The tank will contain a colony of leucs, which to some people might be known as excessively quarrelsome and "social." I plan on getting juvies, so that I can watch them grow up and "raise them" a bit. One member on the chat mentioned that they had pond features in several of their vivs, but which only contained adult frogs. Another member mentioned that they did lose a frog (actually a leuc) in a drowning incident, and it was a juvy.

So the question is this. What is causing these frog drownings? They are said to be able to hold their breathe for a long time, and they are of course amphibians, animals that live on land and in water. Is it an age related event? Is it do to fighting between frogs (pinning each other down? Is it due to fatigue when i frog cannot get out of the water?

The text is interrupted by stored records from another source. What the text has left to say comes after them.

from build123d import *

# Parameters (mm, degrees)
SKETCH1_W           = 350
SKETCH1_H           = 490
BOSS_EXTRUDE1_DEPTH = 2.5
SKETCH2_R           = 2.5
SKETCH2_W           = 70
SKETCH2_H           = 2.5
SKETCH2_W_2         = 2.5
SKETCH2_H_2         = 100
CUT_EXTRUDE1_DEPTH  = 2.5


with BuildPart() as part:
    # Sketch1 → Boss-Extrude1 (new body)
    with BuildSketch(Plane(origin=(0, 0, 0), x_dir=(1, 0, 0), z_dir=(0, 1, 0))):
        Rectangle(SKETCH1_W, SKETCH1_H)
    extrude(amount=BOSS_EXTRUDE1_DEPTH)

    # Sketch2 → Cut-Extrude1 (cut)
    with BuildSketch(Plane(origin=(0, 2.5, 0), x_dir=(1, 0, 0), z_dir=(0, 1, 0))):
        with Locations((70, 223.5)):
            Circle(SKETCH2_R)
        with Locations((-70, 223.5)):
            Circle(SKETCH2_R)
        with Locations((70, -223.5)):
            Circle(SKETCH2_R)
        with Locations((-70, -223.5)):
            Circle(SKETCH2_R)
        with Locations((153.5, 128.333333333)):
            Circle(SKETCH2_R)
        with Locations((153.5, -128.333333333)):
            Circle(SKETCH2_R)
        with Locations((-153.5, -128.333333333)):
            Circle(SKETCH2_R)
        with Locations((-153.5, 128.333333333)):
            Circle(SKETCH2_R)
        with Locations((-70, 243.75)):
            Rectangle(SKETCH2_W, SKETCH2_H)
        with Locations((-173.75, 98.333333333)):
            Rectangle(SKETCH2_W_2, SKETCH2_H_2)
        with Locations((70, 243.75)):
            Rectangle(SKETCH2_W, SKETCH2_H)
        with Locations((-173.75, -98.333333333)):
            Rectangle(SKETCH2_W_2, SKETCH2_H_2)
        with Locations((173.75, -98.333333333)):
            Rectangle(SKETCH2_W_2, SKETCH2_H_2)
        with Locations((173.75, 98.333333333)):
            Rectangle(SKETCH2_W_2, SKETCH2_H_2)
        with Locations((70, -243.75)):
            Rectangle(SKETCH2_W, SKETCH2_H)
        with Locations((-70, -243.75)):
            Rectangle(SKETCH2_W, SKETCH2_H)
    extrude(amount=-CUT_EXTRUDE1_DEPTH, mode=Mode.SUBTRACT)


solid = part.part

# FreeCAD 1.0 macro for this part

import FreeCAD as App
import Part
import Sketcher
from FreeCAD import Vector
Q = App.Units.Quantity

doc = App.newDocument("Part")
body = doc.addObject("PartDesign::Body", "Body")

# Sketch on XZ plane
sketch1 = doc.addObject("Sketcher::SketchObject", "Sketch")
body.addObject(sketch1)
sketch1.AttachmentSupport = (doc.XZ_Plane, [""])
sketch1.MapMode = "FlatFace"
sketch1.addGeometry([
    Part.LineSegment(Vector(-175, -245, 0), Vector(-175, 245, 0)),
    Part.LineSegment(Vector(-175, 245, 0), Vector(175, 245, 0)),
    Part.LineSegment(Vector(175, 245, 0), Vector(175, -245, 0)),
    Part.LineSegment(Vector(175, -245, 0), Vector(-175, -245, 0)),
], False)
sketch1.addConstraint([
    Sketcher.Constraint("Coincident", 0, 2, 1, 1),
    Sketcher.Constraint("Coincident", 1, 2, 2, 1),
    Sketcher.Constraint("Coincident", 2, 2, 3, 1),
    Sketcher.Constraint("Coincident", 3, 2, 0, 1),
    Sketcher.Constraint("Vertical", 0),
    Sketcher.Constraint("Horizontal", 1),
    Sketcher.Constraint("Vertical", 2),
    Sketcher.Constraint("Horizontal", 3),
    Sketcher.Constraint("Symmetric", 0, 2, 2, 2, -1, 1),
    Sketcher.Constraint("DistanceX", 1, 1, 1, 2, Q("350 mm")),
    Sketcher.Constraint("DistanceY", 0, 1, 0, 2, Q("490 mm")),
])
pad1 = doc.addObject("PartDesign::Pad", "Pad")
body.addObject(pad1)
pad1.Profile = sketch1
pad1.Length = 2.5
pad1.Reversed = True

# Sketch on XZ plane
sketch2 = doc.addObject("Sketcher::SketchObject", "Sketch001")
body.addObject(sketch2)
sketch2.AttachmentSupport = (doc.XZ_Plane, [""])
sketch2.MapMode = "FlatFace"
sketch2.AttachmentOffset = App.Placement(Vector(0, 0, -2.5), App.Rotation())
sketch2.addGeometry([
    Part.Circle(Vector(70, -223.5, 0), Vector(0, 0, 1), 2.5),  # 0
    Part.Circle(Vector(-70, -223.5, 0), Vector(0, 0, 1), 2.5),  # 1
    Part.Circle(Vector(70, 223.5, 0), Vector(0, 0, 1), 2.5),  # 2
    Part.Circle(Vector(-70, 223.5, 0), Vector(0, 0, 1), 2.5),  # 3
    Part.Circle(Vector(153.5, -128.3, 0), Vector(0, 0, 1), 2.5),  # 4
    Part.Circle(Vector(153.5, 128.3, 0), Vector(0, 0, 1), 2.5),  # 5
    Part.Circle(Vector(-153.5, 128.3, 0), Vector(0, 0, 1), 2.5),  # 6
    Part.Circle(Vector(-153.5, -128.3, 0), Vector(0, 0, 1), 2.5),  # 7
    Part.LineSegment(Vector(-105, -245, 0), Vector(-105, -242.5, 0)),  # 8
    Part.LineSegment(Vector(-105, -242.5, 0), Vector(-35, -242.5, 0)),  # 9
    Part.LineSegment(Vector(-35, -242.5, 0), Vector(-35, -245, 0)),  # 10
    Part.LineSegment(Vector(-35, -245, 0), Vector(-105, -245, 0)),  # 11
    Part.LineSegment(Vector(-175, -148.3, 0), Vector(-175, -48.3, 0)),  # 12
    Part.LineSegment(Vector(-175, -48.3, 0), Vector(-172.5, -48.3, 0)),  # 13
    Part.LineSegment(Vector(-172.5, -48.3, 0), Vector(-172.5, -148.3, 0)),  # 14
    Part.LineSegment(Vector(-172.5, -148.3, 0), Vector(-175, -148.3, 0)),  # 15
    Part.LineSegment(Vector(35, -245, 0), Vector(35, -242.5, 0)),  # 16
    Part.LineSegment(Vector(35, -242.5, 0), Vector(105, -242.5, 0)),  # 17
    Part.LineSegment(Vector(105, -242.5, 0), Vector(105, -245, 0)),  # 18
    Part.LineSegment(Vector(105, -245, 0), Vector(35, -245, 0)),  # 19
    Part.LineSegment(Vector(-175, 48.3, 0), Vector(-175, 148.3, 0)),  # 20
    Part.LineSegment(Vector(-175, 148.3, 0), Vector(-172.5, 148.3, 0)),  # 21
    Part.LineSegment(Vector(-172.5, 148.3, 0), Vector(-172.5, 48.3, 0)),  # 22
    Part.LineSegment(Vector(-172.5, 48.3, 0), Vector(-175, 48.3, 0)),  # 23
    Part.LineSegment(Vector(172.5, 48.3, 0), Vector(172.5, 148.3, 0)),  # 24
    Part.LineSegment(Vector(172.5, 148.3, 0), Vector(175, 148.3, 0)),  # 25
    Part.LineSegment(Vector(175, 148.3, 0), Vector(175, 48.3, 0)),  # 26
    Part.LineSegment(Vector(175, 48.3, 0), Vector(172.5, 48.3, 0)),  # 27
    Part.LineSegment(Vector(172.5, -148.3, 0), Vector(172.5, -48.3, 0)),  # 28
    Part.LineSegment(Vector(172.5, -48.3, 0), Vector(175, -48.3, 0)),  # 29
    Part.LineSegment(Vector(175, -48.3, 0), Vector(175, -148.3, 0)),  # 30
    Part.LineSegment(Vector(175, -148.3, 0), Vector(172.5, -148.3, 0)),  # 31
    Part.LineSegment(Vector(35, 242.5, 0), Vector(35, 245, 0)),  # 32
    Part.LineSegment(Vector(35, 245, 0), Vector(105, 245, 0)),  # 33
    Part.LineSegment(Vector(105, 245, 0), Vector(105, 242.5, 0)),  # 34
    Part.LineSegment(Vector(105, 242.5, 0), Vector(35, 242.5, 0)),  # 35
    Part.LineSegment(Vector(-105, 242.5, 0), Vector(-105, 245, 0)),  # 36
    Part.LineSegment(Vector(-105, 245, 0), Vector(-35, 245, 0)),  # 37
    Part.LineSegment(Vector(-35, 245, 0), Vector(-35, 242.5, 0)),  # 38
    Part.LineSegment(Vector(-35, 242.5, 0), Vector(-105, 242.5, 0)),  # 39
], False)
sketch2.addConstraint([
    Sketcher.Constraint("Coincident", 8, 2, 9, 1),
    Sketcher.Constraint("Coincident", 9, 2, 10, 1),
    Sketcher.Constraint("Coincident", 10, 2, 11, 1),
    Sketcher.Constraint("Coincident", 11, 2, 8, 1),
    Sketcher.Constraint("Coincident", 12, 2, 13, 1),
    Sketcher.Constraint("Coincident", 13, 2, 14, 1),
    Sketcher.Constraint("Coincident", 14, 2, 15, 1),
    Sketcher.Constraint("Coincident", 15, 2, 12, 1),
    Sketcher.Constraint("Coincident", 16, 2, 17, 1),
    Sketcher.Constraint("Coincident", 17, 2, 18, 1),
    Sketcher.Constraint("Coincident", 18, 2, 19, 1),
    Sketcher.Constraint("Coincident", 19, 2, 16, 1),
    Sketcher.Constraint("Coincident", 20, 2, 21, 1),
    Sketcher.Constraint("Coincident", 21, 2, 22, 1),
    Sketcher.Constraint("Coincident", 22, 2, 23, 1),
    Sketcher.Constraint("Coincident", 23, 2, 20, 1),
    Sketcher.Constraint("Coincident", 24, 2, 25, 1),
    Sketcher.Constraint("Coincident", 25, 2, 26, 1),
    Sketcher.Constraint("Coincident", 26, 2, 27, 1),
    Sketcher.Constraint("Coincident", 27, 2, 24, 1),
    Sketcher.Constraint("Coincident", 28, 2, 29, 1),
    Sketcher.Constraint("Coincident", 29, 2, 30, 1),
    Sketcher.Constraint("Coincident", 30, 2, 31, 1),
    Sketcher.Constraint("Coincident", 31, 2, 28, 1),
    Sketcher.Constraint("Coincident", 32, 2, 33, 1),
    Sketcher.Constraint("Coincident", 33, 2, 34, 1),
    Sketcher.Constraint("Coincident", 34, 2, 35, 1),
    Sketcher.Constraint("Coincident", 35, 2, 32, 1),
    Sketcher.Constraint("Coincident", 36, 2, 37, 1),
    Sketcher.Constraint("Coincident", 37, 2, 38, 1),
    Sketcher.Constraint("Coincident", 38, 2, 39, 1),
    Sketcher.Constraint("Coincident", 39, 2, 36, 1),
    Sketcher.Constraint("Vertical", 8),
    Sketcher.Constraint("Horizontal", 9),
    Sketcher.Constraint("Vertical", 10),
    Sketcher.Constraint("Horizontal", 11),
    Sketcher.Constraint("Vertical", 12),
    Sketcher.Constraint("Horizontal", 13),
    Sketcher.Constraint("Vertical", 14),
    Sketcher.Constraint("Horizontal", 15),
    Sketcher.Constraint("Vertical", 16),
    Sketcher.Constraint("Horizontal", 17),
    Sketcher.Constraint("Vertical", 18),
    Sketcher.Constraint("Horizontal", 19),
    Sketcher.Constraint("Vertical", 20),
    Sketcher.Constraint("Horizontal", 21),
    Sketcher.Constraint("Vertical", 22),
    Sketcher.Constraint("Horizontal", 23),
    Sketcher.Constraint("Vertical", 24),
    Sketcher.Constraint("Horizontal", 25),
    Sketcher.Constraint("Vertical", 26),
    Sketcher.Constraint("Horizontal", 27),
    Sketcher.Constraint("Vertical", 28),
    Sketcher.Constraint("Horizontal", 29),
    Sketcher.Constraint("Vertical", 30),
    Sketcher.Constraint("Horizontal", 31),
    Sketcher.Constraint("Vertical", 32),
    Sketcher.Constraint("Horizontal", 33),
    Sketcher.Constraint("Vertical", 34),
    Sketcher.Constraint("Horizontal", 35),
    Sketcher.Constraint("Vertical", 36),
    Sketcher.Constraint("Horizontal", 37),
    Sketcher.Constraint("Vertical", 38),
    Sketcher.Constraint("Horizontal", 39),
    Sketcher.Constraint("Equal", 0, 1),
    Sketcher.Constraint("Equal", 1, 2),
    Sketcher.Constraint("Equal", 2, 3),
    Sketcher.Constraint("Equal", 3, 4),
    Sketcher.Constraint("Equal", 4, 5),
    Sketcher.Constraint("Equal", 5, 6),
    Sketcher.Constraint("Equal", 6, 7),
    Sketcher.Constraint("Symmetric", 1, 3, 2, 3, -1, 1),
    Sketcher.Constraint("Symmetric", 0, 3, 3, 3, -1, 1),
    Sketcher.Constraint("Symmetric", 4, 3, 6, 3, -1, 1),
    Sketcher.Constraint("Symmetric", 5, 3, 7, 3, -1, 1),
    Sketcher.Constraint("Symmetric", 14, 2, 24, 2, -1, 1),
    Sketcher.Constraint("Symmetric", 12, 2, 26, 2, -1, 1),
    Sketcher.Constraint("Symmetric", 22, 2, 28, 2, -1, 1),
    Sketcher.Constraint("Symmetric", 20, 2, 30, 2, -1, 1),
    Sketcher.Constraint("Symmetric", 10, 2, 32, 2, -1, 1),
    Sketcher.Constraint("Symmetric", 8, 2, 34, 2, -1, 1),
    Sketcher.Constraint("Symmetric", 18, 2, 36, 2, -1, 1),
    Sketcher.Constraint("Symmetric", 16, 2, 38, 2, -1, 1),
    Sketcher.Constraint("Symmetric", 0, 3, 1, 3, -2),
    Sketcher.Constraint("Symmetric", 5, 3, 6, 3, -2),
    Sketcher.Constraint("Symmetric", 9, 2, 16, 2, -2),
    Sketcher.Constraint("Symmetric", 11, 2, 18, 2, -2),
    Sketcher.Constraint("Symmetric", 21, 2, 24, 2, -2),
    Sketcher.Constraint("Symmetric", 23, 2, 26, 2, -2),
    Sketcher.Constraint("Equal", 31, 8),
    Sketcher.Constraint("Diameter", 0, Q("5 mm")),
    Sketcher.Constraint("DistanceX", 9, 1, 9, 2, Q("70 mm")),
    Sketcher.Constraint("DistanceY", 12, 1, 12, 2, Q("100 mm")),
    Sketcher.Constraint("DistanceX", 13, 1, 13, 2, Q("2.5 mm")),
    Sketcher.Constraint("DistanceX", -1, 1, 0, 3, Q("70 mm")),
    Sketcher.Constraint("DistanceX", 8, 2, -1, 1, Q("105 mm")),
    Sketcher.Constraint("DistanceY", 10, 2, -1, 1, Q("245 mm")),
    Sketcher.Constraint("DistanceX", 12, 2, -1, 1, Q("175 mm")),
    Sketcher.Constraint("DistanceY", 0, 3, 2, 3, Q("447 mm")),
    Sketcher.Constraint("DistanceX", 6, 3, 5, 3, Q("307 mm")),
    Sketcher.Constraint("DistanceY", 7, 3, 12, 2, Q("80 mm")),
    Sketcher.Constraint("DistanceY", 4, 3, -1, 1, Q("128.333333 mm")),
])
pocket1 = doc.addObject("PartDesign::Pocket", "Pocket")
body.addObject(pocket1)
pocket1.Profile = sketch2
pocket1.Length = 2.5
pocket1.Reversed = True

doc.recompute()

The pond I have has sloping sides with plants and sticks. But after talking to members, it seems that this might not matter at all. Frogs might still be able to drown. I do not in anyway want to risk frog death due to this pond, so it would be very helpful if any experience could be posted on this matter.

If it was possible to prove if frog drownings were due to quarreling or due to actual drowning, it would be much easier to decide on a plan of action. Water could be lowered to a minimal depth to help frogs leave the water easily, or it could be raised to a level where frogs could not hold one another underwater because they could not reach the bottom. There are many options, but which is the right one?

Luke


----------



## TimsViv (Feb 16, 2004)

Luke,

I have a fairly substantial water portion to my display tank and have never lost a frog to drowning (actually, I never lost a frog, period, in the 2.5 years the tank has been set-up). See my signature for the inhabitants of my display tank. All of the frogs were introduced into the tank as juveniles.

I have only, once witnessed a frog accidentally go into the water. The tinc going after a fruit fly stepped on to some floating java moss and ended up in the water. It climbed out easily and with out any assistance.

I have, also, patted each of the frogs into the water, just to observe how they reacted. All stayed on the surface and swam directly back to the land with out any problem.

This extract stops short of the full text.